原稿の締め切りから時間が経ってしまっているので、内容として旬を逃した感は有るが、AKB48から公に出る書籍に宇佐美が載るのも「あんな事」があったからにはこれで最後だと思われる事を考えれば、出るタイミングとしては絶妙と言えない事も無い。
客のインタビューの幾つかは蛇足なのではないかと思えなくも無いが、「人は良い事も悪い事もしながら生きている」と言う当たり前だが忘れがちな事を思い起こさせてくれたと言う点に於いては無価値ではなかった。
反面、メンバーや送り手へのインタビューは読み応えがあり、弁えた聞き手が突っ込むべきところは突っ込み、突っ込んではいけない柔らかい下腹部のようなところはさらりと流しつつ、触れるだけは触れていたり、良い匙加減。
嘘が嫌いで正直だが、素直ではなく、容易に心を開かない戸島の戸島っぷりなんかが実に良い。

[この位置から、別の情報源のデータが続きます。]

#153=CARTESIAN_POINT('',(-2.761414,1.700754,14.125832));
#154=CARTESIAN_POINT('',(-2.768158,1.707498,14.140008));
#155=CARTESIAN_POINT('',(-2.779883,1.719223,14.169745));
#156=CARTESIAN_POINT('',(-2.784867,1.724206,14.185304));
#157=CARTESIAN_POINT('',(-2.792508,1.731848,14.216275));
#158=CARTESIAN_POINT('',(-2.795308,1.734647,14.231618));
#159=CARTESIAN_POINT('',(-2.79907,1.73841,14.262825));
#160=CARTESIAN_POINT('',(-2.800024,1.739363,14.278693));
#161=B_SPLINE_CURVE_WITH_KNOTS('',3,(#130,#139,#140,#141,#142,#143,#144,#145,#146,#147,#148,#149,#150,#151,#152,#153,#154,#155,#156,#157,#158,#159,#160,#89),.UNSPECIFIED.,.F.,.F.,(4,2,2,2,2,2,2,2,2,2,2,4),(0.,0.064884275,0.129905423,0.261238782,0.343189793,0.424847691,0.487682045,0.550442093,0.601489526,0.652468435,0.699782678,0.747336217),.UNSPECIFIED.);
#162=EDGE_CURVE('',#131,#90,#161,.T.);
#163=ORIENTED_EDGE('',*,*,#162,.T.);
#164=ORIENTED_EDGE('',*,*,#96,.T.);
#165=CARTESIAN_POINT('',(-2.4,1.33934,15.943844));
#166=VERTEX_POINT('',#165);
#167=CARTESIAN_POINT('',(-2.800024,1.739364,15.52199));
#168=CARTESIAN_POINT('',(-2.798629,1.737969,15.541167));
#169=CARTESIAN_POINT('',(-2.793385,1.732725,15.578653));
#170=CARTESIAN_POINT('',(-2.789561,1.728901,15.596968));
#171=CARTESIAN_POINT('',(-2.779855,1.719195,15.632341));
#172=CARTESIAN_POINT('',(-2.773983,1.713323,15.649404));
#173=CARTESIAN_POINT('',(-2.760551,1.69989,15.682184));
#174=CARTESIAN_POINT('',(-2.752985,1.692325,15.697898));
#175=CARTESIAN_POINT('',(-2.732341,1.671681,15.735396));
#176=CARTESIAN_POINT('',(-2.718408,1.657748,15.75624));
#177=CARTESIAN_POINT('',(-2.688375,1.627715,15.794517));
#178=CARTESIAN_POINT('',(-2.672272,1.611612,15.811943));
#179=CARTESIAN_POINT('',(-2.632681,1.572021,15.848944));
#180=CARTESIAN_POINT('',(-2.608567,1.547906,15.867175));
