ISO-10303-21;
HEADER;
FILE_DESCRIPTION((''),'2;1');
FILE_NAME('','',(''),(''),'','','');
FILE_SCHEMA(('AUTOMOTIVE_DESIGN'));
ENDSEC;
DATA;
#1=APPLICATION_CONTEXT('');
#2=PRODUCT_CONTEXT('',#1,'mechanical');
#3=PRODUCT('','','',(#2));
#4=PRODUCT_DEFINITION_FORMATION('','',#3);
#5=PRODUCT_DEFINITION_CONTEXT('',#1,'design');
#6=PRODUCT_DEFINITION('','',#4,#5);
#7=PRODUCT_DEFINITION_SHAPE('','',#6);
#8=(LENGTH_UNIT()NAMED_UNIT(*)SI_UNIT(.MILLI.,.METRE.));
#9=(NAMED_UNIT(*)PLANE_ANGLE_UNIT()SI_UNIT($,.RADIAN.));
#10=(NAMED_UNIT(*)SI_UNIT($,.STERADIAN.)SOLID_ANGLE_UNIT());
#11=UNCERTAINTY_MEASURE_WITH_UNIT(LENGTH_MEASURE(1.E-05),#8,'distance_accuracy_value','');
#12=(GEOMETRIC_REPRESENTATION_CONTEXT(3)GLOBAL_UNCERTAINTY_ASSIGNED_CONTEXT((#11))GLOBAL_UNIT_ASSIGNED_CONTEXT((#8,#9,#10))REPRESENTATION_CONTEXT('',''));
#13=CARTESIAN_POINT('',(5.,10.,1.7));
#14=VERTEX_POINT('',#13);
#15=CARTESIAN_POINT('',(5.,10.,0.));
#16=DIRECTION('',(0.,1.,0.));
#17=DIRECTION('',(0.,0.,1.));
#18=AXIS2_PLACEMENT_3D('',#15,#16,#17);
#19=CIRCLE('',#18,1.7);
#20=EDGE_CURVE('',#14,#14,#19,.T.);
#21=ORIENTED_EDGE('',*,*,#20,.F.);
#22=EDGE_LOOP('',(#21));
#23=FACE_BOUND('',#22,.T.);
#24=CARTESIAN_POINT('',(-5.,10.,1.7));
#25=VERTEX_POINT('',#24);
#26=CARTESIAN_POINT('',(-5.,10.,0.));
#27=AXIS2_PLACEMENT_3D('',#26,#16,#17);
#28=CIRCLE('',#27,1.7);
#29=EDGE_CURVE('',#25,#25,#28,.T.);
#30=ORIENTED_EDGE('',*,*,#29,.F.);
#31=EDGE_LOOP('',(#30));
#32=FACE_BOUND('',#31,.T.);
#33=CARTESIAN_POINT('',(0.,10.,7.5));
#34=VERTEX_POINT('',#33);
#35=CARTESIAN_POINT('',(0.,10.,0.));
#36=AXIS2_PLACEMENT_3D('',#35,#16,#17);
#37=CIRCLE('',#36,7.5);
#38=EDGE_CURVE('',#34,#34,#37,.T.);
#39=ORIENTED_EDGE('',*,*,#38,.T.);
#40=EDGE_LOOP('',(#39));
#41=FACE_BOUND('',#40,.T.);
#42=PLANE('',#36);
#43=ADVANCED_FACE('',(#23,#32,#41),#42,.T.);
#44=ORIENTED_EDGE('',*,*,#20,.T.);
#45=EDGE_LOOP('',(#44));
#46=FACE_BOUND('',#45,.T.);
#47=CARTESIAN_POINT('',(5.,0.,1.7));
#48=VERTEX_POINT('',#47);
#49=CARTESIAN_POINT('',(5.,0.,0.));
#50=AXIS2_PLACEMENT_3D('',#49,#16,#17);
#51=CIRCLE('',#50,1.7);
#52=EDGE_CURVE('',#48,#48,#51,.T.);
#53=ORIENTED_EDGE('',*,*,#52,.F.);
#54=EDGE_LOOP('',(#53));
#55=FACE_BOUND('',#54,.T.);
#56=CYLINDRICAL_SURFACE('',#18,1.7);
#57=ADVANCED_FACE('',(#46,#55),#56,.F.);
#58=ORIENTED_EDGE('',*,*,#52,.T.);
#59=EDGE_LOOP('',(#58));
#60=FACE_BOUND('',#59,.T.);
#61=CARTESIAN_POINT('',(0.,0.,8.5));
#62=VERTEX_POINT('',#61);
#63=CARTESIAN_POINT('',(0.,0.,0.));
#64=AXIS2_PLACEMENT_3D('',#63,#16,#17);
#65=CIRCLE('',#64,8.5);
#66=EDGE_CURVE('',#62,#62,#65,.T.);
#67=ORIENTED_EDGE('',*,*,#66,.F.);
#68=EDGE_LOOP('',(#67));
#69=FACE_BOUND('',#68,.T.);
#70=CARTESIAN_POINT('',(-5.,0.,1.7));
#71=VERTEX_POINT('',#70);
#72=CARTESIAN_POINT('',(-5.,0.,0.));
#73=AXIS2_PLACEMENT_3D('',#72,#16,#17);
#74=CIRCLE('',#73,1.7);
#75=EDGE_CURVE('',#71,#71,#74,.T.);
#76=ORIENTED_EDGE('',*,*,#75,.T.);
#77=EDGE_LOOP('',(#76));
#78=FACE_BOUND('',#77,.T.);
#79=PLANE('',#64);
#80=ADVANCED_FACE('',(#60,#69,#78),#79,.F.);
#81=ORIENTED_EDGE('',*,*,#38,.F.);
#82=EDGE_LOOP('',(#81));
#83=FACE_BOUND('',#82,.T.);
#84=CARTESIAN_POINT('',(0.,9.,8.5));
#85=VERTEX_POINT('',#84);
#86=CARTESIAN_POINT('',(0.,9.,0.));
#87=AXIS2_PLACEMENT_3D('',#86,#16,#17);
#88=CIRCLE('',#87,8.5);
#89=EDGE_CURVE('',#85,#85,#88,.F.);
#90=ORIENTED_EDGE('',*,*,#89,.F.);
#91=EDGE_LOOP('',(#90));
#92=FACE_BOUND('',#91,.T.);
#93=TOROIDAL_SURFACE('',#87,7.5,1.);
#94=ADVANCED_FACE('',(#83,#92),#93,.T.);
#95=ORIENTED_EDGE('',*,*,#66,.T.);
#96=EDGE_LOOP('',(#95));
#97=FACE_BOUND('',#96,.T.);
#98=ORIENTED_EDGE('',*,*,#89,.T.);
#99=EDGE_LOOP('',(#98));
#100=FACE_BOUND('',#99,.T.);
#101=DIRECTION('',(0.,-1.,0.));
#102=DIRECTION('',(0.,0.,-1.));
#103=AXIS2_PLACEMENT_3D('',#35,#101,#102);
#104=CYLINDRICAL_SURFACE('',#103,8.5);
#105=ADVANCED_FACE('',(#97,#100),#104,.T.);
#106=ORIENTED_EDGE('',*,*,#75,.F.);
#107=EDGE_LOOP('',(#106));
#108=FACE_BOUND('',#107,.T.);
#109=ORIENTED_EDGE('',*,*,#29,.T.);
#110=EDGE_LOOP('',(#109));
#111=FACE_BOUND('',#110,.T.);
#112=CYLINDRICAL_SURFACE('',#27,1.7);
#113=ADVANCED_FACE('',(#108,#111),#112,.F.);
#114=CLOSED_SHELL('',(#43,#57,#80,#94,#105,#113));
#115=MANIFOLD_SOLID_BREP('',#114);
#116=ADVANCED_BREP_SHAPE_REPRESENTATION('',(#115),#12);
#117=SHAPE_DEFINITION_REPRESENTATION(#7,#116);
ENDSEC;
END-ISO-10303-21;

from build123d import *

# Parameters (mm, degrees)
SKETCH1_R            = 8.5
BOSS_EXTRUDE1_DEPTH  = 10
FILLET2_R            = 1
M3_CLEARANCE_HOLE1_D = 3.4


with BuildPart() as part:
    # Sketch1 → Boss-Extrude1 (new body)
    with BuildSketch(Plane(origin=(0, 0, 0), x_dir=(1, 0, 0), z_dir=(0, 1, 0))):
        with Locations(Location((0, 0, 0), (0, 0, 270))):
            Circle(SKETCH1_R)
    extrude(amount=BOSS_EXTRUDE1_DEPTH)

    # Fillet2
    fillet2_edges = [part.edges().sort_by_distance(p)[0] for p in [
        (0, 10, -8.5),
    ]]
    fillet(fillet2_edges, radius=FILLET2_R)

    # M3 Clearance Hole1 (through all)
    with Locations(Plane(origin=(0, 10, 0), x_dir=(1, 0, 0), z_dir=(0, 1, 0))):
        with Locations((-5, 0), (5, 0)):
            Hole(M3_CLEARANCE_HOLE1_D / 2)


solid = part.part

インタビューのページの写真も私の嗜好には合っていて、星野の出っ歯丸出しでクシャクシャの笑顔とか、惡代官みたいな秋元康とか、積み重ねた苦労が滲み出た折井とか、宇佐美の胡座をかいたような鼻を真正面から撮ったものとか、さり気なく本質を抉り出した写真が多い。
流石に宇佐美の写真はもう少し斜めから撮ってやって欲しくはあるが、星野の写真は取り繕わないとっつき易さが上手く出ているように思う。

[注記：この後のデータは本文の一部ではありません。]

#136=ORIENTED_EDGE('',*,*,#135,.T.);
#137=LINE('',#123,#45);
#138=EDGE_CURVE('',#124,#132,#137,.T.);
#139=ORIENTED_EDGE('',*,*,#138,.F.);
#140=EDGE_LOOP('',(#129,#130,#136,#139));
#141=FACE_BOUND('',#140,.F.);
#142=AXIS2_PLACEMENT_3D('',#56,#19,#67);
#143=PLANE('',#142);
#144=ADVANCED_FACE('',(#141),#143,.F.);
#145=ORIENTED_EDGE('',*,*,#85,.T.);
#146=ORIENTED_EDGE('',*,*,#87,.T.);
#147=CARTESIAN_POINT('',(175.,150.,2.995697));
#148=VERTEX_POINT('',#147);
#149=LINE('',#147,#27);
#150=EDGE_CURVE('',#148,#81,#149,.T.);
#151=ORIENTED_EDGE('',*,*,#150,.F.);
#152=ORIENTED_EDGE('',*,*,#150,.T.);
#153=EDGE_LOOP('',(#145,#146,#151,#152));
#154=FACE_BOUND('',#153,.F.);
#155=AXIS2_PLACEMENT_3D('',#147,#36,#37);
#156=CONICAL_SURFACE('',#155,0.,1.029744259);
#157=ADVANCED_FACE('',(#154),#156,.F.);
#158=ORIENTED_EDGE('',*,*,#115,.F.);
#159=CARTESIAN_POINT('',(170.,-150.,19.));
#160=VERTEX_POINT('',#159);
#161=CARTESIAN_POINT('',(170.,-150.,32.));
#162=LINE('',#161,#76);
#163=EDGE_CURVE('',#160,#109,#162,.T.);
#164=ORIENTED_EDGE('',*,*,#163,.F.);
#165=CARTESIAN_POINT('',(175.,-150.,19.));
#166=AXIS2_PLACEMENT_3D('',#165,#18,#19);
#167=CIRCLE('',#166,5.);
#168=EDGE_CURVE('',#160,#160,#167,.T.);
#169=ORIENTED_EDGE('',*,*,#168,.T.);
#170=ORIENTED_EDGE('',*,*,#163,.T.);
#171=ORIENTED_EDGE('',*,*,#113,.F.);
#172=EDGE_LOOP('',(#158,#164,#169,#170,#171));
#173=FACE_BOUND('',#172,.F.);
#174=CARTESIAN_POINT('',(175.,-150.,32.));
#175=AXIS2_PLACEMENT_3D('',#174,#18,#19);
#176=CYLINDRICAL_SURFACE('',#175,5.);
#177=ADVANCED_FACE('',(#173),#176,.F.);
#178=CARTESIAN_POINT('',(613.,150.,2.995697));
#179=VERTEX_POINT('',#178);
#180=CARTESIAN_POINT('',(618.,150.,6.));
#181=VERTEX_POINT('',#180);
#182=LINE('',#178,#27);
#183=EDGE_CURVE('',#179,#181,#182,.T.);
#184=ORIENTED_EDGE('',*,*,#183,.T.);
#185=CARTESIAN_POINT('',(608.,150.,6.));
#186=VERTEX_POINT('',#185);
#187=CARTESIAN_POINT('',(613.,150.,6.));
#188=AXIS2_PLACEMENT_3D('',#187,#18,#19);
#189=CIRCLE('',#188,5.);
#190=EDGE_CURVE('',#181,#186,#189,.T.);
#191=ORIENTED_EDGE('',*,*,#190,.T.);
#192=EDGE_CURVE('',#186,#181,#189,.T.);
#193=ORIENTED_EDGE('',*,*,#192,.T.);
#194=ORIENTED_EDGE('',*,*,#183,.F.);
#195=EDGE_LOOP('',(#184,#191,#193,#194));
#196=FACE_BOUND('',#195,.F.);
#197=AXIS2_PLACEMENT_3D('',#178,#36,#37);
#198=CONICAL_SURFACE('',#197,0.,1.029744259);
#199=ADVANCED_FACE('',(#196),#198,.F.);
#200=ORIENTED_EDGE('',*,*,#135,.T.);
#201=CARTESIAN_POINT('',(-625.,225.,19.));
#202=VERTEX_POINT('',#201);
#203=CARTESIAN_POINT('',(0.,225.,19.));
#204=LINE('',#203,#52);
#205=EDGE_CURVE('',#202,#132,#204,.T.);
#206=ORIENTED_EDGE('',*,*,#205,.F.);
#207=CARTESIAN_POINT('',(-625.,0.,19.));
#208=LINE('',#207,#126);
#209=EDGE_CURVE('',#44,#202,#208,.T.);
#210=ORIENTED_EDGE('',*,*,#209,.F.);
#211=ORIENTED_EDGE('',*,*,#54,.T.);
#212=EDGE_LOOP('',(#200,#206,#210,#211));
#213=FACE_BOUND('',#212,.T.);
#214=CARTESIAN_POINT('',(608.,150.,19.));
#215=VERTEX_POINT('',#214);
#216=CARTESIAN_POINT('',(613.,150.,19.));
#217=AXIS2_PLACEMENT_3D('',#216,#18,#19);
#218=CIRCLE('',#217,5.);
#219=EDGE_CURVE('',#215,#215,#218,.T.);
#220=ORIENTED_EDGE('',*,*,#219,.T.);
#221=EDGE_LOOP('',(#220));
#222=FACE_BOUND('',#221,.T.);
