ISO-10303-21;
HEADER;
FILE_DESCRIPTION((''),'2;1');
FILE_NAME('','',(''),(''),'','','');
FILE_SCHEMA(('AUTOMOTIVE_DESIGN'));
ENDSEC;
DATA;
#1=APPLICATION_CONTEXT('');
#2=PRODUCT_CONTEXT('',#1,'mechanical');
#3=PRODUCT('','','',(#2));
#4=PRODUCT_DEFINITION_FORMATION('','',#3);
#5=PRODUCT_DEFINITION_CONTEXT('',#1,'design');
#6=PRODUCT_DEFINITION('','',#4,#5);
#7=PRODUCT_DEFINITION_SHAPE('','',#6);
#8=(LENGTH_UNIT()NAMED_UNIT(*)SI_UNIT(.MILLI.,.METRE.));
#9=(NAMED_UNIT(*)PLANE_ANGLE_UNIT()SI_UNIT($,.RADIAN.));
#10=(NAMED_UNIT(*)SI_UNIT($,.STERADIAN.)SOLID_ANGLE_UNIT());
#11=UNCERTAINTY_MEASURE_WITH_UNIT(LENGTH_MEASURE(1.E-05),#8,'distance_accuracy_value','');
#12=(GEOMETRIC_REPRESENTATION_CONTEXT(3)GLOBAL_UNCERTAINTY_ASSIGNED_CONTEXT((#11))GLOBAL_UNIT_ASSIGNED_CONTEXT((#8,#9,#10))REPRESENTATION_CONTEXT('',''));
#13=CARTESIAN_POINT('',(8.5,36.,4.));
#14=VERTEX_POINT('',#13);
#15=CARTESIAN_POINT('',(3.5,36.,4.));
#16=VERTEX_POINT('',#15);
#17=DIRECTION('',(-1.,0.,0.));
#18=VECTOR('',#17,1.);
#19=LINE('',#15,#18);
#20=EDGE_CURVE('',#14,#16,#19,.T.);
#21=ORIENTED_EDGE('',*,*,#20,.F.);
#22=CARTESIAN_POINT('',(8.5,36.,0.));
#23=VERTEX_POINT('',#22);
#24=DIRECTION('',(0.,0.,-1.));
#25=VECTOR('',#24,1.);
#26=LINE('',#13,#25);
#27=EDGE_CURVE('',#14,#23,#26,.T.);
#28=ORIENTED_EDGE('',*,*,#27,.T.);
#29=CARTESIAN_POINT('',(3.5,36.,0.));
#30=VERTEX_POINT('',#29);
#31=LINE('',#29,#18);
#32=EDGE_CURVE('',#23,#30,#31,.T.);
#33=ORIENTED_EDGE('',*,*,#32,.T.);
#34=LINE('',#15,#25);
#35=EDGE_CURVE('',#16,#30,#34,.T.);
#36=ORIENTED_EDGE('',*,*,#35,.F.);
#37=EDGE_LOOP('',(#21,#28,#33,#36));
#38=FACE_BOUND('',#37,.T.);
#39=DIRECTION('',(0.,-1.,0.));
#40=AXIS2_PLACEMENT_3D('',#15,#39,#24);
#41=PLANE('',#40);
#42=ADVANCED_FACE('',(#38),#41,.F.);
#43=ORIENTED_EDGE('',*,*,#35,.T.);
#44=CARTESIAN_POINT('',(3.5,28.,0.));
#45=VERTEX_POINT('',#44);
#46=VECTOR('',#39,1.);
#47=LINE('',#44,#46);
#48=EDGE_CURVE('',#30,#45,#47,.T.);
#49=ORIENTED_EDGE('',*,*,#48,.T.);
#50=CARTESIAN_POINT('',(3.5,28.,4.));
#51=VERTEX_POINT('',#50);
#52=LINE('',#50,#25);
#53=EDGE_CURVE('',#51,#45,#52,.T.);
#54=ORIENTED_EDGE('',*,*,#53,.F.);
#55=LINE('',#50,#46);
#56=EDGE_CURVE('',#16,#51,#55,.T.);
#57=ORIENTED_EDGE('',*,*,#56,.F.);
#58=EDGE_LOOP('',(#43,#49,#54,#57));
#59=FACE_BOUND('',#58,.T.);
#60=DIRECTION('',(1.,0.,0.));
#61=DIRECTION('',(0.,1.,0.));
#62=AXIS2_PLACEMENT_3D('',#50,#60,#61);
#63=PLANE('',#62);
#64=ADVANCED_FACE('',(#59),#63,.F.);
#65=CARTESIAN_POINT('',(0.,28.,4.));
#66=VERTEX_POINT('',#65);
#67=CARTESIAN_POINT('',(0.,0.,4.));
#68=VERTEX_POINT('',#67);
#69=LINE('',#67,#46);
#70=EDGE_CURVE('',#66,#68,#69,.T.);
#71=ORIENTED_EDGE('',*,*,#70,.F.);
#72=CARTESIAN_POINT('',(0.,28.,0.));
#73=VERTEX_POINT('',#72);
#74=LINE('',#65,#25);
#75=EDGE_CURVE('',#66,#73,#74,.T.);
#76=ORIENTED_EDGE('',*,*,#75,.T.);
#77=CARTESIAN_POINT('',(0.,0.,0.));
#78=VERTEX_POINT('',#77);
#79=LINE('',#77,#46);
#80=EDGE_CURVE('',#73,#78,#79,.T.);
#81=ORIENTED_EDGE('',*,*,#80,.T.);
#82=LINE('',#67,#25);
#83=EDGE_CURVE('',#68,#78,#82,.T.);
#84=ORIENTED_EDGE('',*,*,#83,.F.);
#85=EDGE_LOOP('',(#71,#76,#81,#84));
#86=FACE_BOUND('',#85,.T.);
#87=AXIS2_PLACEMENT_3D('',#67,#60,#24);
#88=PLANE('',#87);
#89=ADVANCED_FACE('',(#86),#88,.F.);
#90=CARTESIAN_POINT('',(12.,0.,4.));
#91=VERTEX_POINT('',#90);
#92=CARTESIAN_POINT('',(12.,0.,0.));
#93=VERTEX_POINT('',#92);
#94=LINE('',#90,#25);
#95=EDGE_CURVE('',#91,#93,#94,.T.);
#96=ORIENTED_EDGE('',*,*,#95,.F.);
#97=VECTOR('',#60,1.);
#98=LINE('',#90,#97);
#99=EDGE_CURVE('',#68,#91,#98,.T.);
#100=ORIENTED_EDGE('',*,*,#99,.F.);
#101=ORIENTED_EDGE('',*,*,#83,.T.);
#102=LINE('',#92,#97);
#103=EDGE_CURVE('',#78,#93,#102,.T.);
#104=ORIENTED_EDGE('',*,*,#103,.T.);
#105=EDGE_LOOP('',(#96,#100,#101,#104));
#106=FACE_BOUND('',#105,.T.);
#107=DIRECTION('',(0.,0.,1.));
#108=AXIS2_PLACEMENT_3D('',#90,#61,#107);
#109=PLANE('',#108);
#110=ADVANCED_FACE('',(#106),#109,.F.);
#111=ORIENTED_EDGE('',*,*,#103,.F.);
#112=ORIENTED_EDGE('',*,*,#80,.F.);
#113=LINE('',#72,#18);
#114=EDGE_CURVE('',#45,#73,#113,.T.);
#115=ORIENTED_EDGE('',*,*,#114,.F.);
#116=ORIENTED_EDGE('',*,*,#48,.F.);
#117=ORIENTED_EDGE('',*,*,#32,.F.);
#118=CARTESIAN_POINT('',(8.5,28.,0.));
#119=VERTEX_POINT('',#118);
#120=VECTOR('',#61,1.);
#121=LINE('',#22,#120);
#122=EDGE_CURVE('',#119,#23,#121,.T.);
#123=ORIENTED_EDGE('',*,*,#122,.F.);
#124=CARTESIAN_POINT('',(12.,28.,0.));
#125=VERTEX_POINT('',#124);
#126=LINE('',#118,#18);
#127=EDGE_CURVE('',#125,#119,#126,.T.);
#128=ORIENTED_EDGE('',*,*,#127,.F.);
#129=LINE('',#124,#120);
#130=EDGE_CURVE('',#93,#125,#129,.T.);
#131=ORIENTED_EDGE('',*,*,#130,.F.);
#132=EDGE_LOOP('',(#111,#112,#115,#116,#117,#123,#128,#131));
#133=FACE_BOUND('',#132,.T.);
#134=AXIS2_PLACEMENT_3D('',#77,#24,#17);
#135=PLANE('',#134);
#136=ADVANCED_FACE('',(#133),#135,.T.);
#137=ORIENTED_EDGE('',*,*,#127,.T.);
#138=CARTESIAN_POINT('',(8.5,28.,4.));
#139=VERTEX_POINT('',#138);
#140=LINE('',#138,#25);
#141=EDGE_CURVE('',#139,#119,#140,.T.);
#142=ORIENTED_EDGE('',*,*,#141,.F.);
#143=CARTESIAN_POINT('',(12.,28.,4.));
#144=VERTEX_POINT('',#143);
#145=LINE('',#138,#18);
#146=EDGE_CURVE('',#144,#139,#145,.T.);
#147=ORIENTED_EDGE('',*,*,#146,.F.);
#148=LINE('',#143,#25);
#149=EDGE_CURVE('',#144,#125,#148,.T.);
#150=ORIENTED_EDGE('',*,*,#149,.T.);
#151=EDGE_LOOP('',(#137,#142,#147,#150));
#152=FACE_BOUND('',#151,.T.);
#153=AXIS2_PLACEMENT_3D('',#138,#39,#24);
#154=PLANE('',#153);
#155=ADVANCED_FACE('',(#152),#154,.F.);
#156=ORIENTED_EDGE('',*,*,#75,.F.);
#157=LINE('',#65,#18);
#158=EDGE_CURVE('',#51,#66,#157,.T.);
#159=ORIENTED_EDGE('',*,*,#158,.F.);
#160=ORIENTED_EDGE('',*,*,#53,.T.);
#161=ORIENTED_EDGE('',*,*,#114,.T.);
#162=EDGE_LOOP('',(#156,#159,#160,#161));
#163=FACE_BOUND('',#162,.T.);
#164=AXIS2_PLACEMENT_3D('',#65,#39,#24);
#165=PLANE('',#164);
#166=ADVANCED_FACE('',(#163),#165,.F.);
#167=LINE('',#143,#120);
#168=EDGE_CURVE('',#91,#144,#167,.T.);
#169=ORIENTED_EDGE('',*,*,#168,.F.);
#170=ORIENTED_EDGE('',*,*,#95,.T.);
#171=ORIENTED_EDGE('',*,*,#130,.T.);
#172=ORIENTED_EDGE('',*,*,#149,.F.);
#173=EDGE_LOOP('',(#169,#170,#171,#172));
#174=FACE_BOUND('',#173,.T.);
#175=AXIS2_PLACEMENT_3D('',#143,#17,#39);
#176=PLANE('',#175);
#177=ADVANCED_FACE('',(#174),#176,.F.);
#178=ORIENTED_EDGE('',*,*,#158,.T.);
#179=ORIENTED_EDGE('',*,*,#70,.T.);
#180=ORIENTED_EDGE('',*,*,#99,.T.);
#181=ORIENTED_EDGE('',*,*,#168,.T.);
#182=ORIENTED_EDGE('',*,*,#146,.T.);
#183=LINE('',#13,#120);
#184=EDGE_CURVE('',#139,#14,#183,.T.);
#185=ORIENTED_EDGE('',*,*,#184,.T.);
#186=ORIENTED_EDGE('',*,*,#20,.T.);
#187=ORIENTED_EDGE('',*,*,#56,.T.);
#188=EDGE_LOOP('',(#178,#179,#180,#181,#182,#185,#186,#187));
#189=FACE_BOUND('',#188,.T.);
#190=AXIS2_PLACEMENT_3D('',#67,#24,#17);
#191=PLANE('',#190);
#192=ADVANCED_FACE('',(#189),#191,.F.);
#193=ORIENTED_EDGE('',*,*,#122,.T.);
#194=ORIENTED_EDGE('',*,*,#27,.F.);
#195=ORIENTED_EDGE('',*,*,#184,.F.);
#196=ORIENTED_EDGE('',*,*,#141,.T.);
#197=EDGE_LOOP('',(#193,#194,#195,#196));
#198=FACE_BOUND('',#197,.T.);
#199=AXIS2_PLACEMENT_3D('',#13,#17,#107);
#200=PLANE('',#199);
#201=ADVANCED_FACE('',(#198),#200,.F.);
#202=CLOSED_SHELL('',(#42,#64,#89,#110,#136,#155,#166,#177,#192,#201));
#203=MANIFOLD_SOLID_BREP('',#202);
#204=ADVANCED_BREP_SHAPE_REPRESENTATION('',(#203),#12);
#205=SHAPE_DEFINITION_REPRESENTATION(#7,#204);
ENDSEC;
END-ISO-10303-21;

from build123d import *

# Parameters (mm, degrees)
BOSS_EXTRUDE1_DEPTH = 4


with BuildPart() as part:
    # Sketch1 → Boss-Extrude1 (new body)
    with BuildSketch(Plane.XY):
        Polygon((0, 0), (0, 28), (3.5, 28), (3.5, 36), (8.5, 36), (8.5, 28), (12, 28), (12, 0), align=None)
    extrude(amount=BOSS_EXTRUDE1_DEPTH)


solid = part.part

出来上がってみて驚いたのは、出した原稿が一字一句修正を喰らわずに載った事。
腹が太いのか、何も考えていないのか、そもそも読まなかったのか。
いくら探しても見つからなかった岩波文庫の「帝国主義」が、現物を貰ってきた日に思いも寄らぬ本棚の隅から出てきた。
まぁ、読んだら逆に纏まらなかったと思うし、参考にしようと思った部分を読み返したらイリイッチ・ウリャーノフ先生の偉そうな物言いがどうにも鼻についてものの五分で放り出してしまったので、見つからなくて却って良かったかもしれない。
本質的にボルセビッキとは肌が合わないらしい。
ともあれこの本、買いだと思う。